Cell have only ONE real core. The other 8 cores are only for multimedia.
It’s like Apple had a G4 with 1 PowerPC core and 8 AltiVec unit.
Intel offers 10 REAL core.
2010 is 35 dog years into the future. (IANADL)
Multicore or not, Cells can be combined too, today, and that would mean, for 10 Cells, 10 PPE:s and 70 or 80 SPE:s. That would absolutely blow your socks off, if your OS of choice can keep them busy. I’m not saying it would be low-watt, but neither would an Intel 10-core design be, today.
Multicore or not, Cells can be combined too, today, and that would mean, for 10 Cells, 10 PPE:s and 70 or 80 SPE:s. That would absolutely blow your socks off, if your OS of choice can keep them busy.

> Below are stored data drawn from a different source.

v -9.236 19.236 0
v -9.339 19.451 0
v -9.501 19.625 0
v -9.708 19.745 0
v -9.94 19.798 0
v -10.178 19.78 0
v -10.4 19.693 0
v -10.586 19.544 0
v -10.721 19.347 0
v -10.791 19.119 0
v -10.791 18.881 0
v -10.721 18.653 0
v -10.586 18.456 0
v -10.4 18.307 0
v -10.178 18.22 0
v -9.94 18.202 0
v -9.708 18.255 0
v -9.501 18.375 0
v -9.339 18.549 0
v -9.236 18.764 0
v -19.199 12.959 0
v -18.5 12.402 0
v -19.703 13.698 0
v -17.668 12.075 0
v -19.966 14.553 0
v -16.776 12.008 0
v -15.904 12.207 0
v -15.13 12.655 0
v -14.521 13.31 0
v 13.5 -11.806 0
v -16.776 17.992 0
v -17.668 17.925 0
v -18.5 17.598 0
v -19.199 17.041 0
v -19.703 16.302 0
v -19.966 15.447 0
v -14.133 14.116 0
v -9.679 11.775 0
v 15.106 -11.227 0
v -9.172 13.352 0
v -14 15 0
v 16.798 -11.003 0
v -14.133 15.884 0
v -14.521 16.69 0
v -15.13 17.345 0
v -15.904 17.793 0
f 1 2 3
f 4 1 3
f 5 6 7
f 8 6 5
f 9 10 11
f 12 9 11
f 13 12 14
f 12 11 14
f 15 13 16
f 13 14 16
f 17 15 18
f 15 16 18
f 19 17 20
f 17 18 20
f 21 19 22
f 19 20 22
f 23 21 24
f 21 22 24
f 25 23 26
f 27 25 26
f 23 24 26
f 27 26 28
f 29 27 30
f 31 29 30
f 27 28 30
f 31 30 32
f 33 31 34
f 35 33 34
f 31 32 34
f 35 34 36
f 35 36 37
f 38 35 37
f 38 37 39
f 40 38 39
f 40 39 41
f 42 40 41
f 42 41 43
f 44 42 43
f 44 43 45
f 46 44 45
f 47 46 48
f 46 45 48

The OS can’t help you much there. With their separate instruction sets and local memories the SPEs have to be treated as exclusive resources.
So an application can ask for a number of SPEs, the OS checks that there are enough left and says “ok, here you go”, and then it’s entirely up to the application to put them to good use, whereby you can forget about things like pthreads.
At least that’s how Linux-on-Cell works at the moment. If you can come up with something better, I’d guess IBM and Sony would be very interested.
http://www.businessweek.com/technology/content/aug2005/tc20050823_0…
At least now all the folks snarking about how the Intel-based Mac’s will be 32-bit machines are going to shut up.